# Traversing Graphs

When we traverse a graph, we visit each vertex in the graph exactly once.

In general, there are two ways to do this:

A *depth-first search*, where one begins at a vertex (or node) and explores as far as possible along each branch before backtracking.

A *breadth-first search*, where one begins at a vertex (or node) and first explores all of its neighboring nodes / vertices. Then for each of those, one explores their unexplored neighbors, and so on..

## Depth-First Searches

Depth-first searches, which mimics the exploration of a maze, can be implemented either with stacks or recursion. The process using a stack, is given below:

1. Push a starting vertex, s, onto the stack.
2. Repeat the following until the stack is empty:
a. Remove the top vertex, v.
b. Mark this vertex as "visited".
c. Add all v's unvisited neighbors to the stack.

## Breadth-First Searches

Breadth-first searches, which examine vertices in increasing distance from the starting vertex, can be implemented with a queue.
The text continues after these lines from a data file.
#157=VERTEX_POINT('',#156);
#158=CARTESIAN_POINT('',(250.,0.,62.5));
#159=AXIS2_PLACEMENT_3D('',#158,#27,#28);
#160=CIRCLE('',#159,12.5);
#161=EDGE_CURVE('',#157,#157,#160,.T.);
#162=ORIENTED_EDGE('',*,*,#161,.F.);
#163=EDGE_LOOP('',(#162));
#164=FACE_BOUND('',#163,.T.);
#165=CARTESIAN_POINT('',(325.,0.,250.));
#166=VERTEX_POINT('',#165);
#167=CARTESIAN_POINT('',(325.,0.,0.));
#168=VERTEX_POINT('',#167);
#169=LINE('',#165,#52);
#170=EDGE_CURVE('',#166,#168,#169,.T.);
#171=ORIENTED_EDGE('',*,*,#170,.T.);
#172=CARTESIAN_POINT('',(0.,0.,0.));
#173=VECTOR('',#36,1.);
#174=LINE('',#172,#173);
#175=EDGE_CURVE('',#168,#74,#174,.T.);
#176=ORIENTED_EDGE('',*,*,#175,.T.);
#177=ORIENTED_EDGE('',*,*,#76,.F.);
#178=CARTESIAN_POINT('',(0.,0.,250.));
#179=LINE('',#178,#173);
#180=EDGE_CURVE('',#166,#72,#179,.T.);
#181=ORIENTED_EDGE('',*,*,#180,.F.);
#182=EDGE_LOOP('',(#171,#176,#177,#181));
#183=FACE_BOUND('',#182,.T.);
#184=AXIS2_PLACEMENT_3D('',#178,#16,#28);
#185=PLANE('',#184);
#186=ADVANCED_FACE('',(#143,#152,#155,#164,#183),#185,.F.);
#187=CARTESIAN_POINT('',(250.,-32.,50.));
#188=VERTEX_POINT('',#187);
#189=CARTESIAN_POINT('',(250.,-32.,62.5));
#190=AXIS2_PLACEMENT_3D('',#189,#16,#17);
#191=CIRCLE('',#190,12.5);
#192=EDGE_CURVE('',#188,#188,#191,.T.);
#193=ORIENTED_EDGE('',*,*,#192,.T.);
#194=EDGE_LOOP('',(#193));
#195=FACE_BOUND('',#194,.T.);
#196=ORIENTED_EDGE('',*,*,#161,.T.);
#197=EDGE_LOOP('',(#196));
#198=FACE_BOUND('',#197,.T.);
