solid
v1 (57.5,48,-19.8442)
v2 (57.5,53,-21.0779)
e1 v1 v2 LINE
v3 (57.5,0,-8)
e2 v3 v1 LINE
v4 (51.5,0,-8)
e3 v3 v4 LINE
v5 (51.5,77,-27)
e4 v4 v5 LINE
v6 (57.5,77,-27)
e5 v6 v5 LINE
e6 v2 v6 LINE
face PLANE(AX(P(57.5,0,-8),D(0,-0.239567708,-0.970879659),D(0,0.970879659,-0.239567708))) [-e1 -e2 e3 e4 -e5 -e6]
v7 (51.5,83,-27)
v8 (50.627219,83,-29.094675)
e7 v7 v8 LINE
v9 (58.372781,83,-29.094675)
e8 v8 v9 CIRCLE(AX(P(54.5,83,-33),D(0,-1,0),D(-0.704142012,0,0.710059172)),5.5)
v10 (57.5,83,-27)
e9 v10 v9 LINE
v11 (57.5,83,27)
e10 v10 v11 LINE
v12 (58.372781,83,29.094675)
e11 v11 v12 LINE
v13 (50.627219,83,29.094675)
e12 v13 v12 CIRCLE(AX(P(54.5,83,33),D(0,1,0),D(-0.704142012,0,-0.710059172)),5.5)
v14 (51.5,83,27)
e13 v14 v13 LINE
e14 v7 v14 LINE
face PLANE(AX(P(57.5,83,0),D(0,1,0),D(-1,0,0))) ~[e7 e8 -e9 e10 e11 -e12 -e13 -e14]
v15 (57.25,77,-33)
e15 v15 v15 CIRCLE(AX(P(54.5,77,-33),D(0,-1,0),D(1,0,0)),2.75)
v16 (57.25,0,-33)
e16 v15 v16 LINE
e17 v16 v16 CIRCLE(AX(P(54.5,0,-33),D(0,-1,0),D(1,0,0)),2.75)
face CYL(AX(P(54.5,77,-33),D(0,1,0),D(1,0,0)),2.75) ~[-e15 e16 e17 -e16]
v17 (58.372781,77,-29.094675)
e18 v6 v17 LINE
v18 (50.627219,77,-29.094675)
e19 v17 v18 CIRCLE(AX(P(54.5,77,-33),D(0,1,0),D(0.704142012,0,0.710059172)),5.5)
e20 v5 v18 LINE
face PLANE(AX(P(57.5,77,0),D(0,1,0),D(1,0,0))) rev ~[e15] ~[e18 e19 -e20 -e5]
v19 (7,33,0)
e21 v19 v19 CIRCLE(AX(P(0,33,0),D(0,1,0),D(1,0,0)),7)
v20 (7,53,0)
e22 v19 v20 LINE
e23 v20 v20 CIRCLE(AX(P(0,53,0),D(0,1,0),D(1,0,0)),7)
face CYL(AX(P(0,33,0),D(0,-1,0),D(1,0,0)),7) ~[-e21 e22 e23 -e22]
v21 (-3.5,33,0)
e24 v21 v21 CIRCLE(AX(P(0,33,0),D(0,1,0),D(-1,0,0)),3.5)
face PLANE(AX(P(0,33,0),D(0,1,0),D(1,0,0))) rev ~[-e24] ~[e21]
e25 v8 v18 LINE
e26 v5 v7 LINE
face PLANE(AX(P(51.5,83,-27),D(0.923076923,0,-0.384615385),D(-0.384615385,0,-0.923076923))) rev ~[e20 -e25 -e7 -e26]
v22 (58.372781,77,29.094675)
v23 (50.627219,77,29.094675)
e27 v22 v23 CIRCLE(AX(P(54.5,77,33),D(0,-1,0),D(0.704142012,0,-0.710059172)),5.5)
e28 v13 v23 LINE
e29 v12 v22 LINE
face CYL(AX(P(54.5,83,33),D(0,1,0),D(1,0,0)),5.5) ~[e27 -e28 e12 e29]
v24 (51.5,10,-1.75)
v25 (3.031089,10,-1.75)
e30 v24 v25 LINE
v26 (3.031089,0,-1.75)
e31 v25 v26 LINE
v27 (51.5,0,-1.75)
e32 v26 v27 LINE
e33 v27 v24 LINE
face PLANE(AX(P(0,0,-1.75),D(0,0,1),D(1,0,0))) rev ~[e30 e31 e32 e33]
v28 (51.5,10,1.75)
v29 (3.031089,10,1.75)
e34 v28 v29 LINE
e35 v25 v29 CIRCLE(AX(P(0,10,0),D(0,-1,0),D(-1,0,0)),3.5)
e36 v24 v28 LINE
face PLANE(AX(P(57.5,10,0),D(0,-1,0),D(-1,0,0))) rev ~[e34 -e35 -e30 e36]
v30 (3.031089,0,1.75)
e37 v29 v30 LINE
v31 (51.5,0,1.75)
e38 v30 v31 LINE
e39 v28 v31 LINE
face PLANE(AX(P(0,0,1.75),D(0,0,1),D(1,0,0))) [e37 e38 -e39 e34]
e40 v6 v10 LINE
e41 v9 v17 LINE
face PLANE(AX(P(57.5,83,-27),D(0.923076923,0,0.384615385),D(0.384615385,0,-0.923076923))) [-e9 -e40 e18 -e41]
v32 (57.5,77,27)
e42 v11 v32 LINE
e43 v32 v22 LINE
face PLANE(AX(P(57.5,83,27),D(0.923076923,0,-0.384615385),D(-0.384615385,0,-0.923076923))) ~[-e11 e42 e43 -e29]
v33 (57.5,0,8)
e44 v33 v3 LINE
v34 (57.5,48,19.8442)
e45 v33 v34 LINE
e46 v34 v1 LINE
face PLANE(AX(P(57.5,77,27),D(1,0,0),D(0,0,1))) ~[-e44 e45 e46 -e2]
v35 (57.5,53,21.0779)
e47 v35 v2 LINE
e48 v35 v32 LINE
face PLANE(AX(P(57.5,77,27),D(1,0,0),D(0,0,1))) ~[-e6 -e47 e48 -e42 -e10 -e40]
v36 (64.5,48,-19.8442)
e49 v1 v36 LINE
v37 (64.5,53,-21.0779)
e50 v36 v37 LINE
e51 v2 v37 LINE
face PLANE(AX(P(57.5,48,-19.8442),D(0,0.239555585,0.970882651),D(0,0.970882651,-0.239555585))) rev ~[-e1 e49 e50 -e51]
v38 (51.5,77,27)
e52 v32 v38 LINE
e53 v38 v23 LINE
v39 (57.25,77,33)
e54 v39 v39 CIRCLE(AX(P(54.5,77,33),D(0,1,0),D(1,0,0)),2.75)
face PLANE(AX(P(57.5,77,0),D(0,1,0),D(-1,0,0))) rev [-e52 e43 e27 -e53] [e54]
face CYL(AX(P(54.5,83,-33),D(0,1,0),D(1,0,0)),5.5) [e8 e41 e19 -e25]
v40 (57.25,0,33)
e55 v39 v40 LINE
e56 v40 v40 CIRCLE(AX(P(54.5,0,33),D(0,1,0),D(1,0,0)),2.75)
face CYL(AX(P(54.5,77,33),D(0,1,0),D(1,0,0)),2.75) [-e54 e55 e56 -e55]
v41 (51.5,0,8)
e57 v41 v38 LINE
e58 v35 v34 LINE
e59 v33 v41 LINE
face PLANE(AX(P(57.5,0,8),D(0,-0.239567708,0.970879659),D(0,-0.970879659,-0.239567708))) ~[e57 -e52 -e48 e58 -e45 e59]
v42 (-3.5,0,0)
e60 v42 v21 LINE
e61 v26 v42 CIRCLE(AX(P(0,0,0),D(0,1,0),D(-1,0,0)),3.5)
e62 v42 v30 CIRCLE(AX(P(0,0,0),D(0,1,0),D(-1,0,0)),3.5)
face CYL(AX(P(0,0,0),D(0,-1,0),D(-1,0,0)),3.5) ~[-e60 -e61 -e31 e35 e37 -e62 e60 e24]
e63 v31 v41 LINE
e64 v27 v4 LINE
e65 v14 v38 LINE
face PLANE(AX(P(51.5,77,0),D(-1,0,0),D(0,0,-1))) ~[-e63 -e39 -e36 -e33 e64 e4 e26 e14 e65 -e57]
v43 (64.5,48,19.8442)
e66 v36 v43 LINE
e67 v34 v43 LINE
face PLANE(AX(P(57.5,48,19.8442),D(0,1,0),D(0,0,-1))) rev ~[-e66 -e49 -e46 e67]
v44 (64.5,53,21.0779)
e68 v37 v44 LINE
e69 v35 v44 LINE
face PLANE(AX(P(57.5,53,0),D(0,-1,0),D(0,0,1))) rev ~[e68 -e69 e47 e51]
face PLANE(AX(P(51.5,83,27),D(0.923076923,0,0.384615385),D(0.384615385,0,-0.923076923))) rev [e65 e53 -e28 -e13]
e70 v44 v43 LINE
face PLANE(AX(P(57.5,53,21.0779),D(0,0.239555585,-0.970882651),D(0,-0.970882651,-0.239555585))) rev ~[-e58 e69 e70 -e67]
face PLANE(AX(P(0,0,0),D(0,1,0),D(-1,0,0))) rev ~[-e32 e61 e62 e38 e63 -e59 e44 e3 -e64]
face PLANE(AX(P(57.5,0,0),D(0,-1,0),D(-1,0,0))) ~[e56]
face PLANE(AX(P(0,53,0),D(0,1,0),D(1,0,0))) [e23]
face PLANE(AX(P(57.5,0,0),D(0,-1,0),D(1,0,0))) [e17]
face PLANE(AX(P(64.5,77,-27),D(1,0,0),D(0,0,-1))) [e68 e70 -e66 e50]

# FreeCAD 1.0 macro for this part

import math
import FreeCAD as App
import Part
import Sketcher
from FreeCAD import Vector
Q = App.Units.Quantity

doc = App.newDocument("Part")
params = doc.addObject("Spreadsheet::Sheet", "Params")
for row, (alias, value) in enumerate([
    ("sketch1_diameter", "7 mm"),
    ("pad1_length", "33 mm"),
    ("sketch2_diameter", "14 mm"),
    ("pad2_length", "20 mm"),
    ("sketch3_height", "10 mm"),
    ("sketch3_width", "57.5 mm"),
    ("pad3_length", "3.5 mm"),
    ("sketch4_width", "77 mm"),
    ("sketch4_height", "8 mm"),
    ("sketch4_height2", "27 mm"),
    ("pad4_length", "6 mm"),
    ("sketch5_width", "6 mm"),
    ("sketch5_height", "27 mm"),
    ("pad5_length", "6 mm"),
    ("sketch6_radius", "5.5 mm"),
    ("pad6_length", "6 mm"),
    ("sketch7_diameter", "5.5 mm"),
    ("pad7_length", "77 mm"),
    ("pad8_length", "7 mm"),
], start=1):
    params.set(f"A{row}", alias)
    params.set(f"B{row}", "=" + value)
    params.setAlias(f"B{row}", alias)

body = doc.addObject("PartDesign::Body", "Body")

sketch1 = body.newObject("Sketcher::SketchObject", "Sketch")
sketch1.AttachmentSupport = (doc.getObject("XZ_Plane"), [""])
sketch1.MapMode = "FlatFace"
sketch1.addGeometry(Part.Circle(Vector(0, 0, 0), Vector(0, 0, 1), 3.5), False)
sketch1.addConstraint([
    Sketcher.Constraint("Coincident", 0, 3, -1, 1),
    Sketcher.Constraint("Diameter", 0, 7.0),
])
sketch1.setExpression("Constraints[1]", "Params.sketch1_diameter")
pad1 = body.newObject("PartDesign::Pad", "Pad")
pad1.Profile = sketch1
pad1.setExpression("Length", "Params.pad1_length")
pad1.Reversed = True

sketch2 = body.newObject("Sketcher::SketchObject", "Sketch001")
sketch2.AttachmentSupport = (doc.getObject("XZ_Plane"), [""])
sketch2.MapMode = "FlatFace"
sketch2.AttachmentOffset = App.Placement(Vector(0, 0, -33), App.Rotation())
sketch2.addGeometry(Part.Circle(Vector(0, 0, 0), Vector(0, 0, 1), 7), False)
sketch2.addConstraint([
    Sketcher.Constraint("Coincident", 0, 3, -1, 1),
    Sketcher.Constraint("Diameter", 0, 14.0),
])
sketch2.setExpression("Constraints[1]", "Params.sketch2_diameter")
pad2 = body.newObject("PartDesign::Pad", "Pad001")
pad2.Profile = sketch2
pad2.setExpression("Length", "Params.pad2_length")
pad2.Reversed = True

sketch3 = body.newObject("Sketcher::SketchObject", "Sketch002")
sketch3.AttachmentSupport = (doc.getObject("XY_Plane"), [""])
sketch3.MapMode = "FlatFace"
sketch3.addGeometry([
    Part.LineSegment(Vector(0, 10, 0), Vector(0, 0, 0)),
    Part.LineSegment(Vector(0, 0, 0), Vector(58, 0, 0)),
    Part.LineSegment(Vector(58, 0, 0), Vector(58, 10, 0)),
    Part.LineSegment(Vector(58, 10, 0), Vector(0, 10, 0)),
], False)
sketch3.addConstraint([
    Sketcher.Constraint("Coincident", 0, 2, 1, 1),
    Sketcher.Constraint("Coincident", 1, 2, 2, 1),
    Sketcher.Constraint("Coincident", 2, 2, 3, 1),
    Sketcher.Constraint("Coincident", 3, 2, 0, 1),
    Sketcher.Constraint("Vertical", 0),
    Sketcher.Constraint("Horizontal", 1),
    Sketcher.Constraint("Vertical", 2),
    Sketcher.Constraint("Horizontal", 3),
    Sketcher.Constraint("Coincident", 0, 2, -1, 1),
    Sketcher.Constraint("DistanceY", 0, 2, 0, 1, 10.0),
    Sketcher.Constraint("DistanceX", 1, 1, 1, 2, 57.5),
])
sketch3.setExpression("Constraints[9]", "Params.sketch3_height")
sketch3.setExpression("Constraints[10]", "Params.sketch3_width")
pad3 = body.newObject("PartDesign::Pad", "Pad002")
pad3.Profile = sketch3
pad3.setExpression("Length", "Params.pad3_length")
pad3.Midplane = True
The process for doing so is shown below:

1. Enqueue a starting vertex, s, into the queue.
2. Repeat the following until the queue is empty:
a. Dequeue the least recently added vertex v.
b. Enqueue each of v's unvisited neighbors, marking each as visited.

Breadth-first searches can be used to find the shortest paths (in terms of number of edges) from the starting vertex $s$. In a connected graph, the time it takes to do this is proportional to $E+V$, the sum of the number of edges and the number of vertices. (Note, every vertex and edge are visited exactly once.)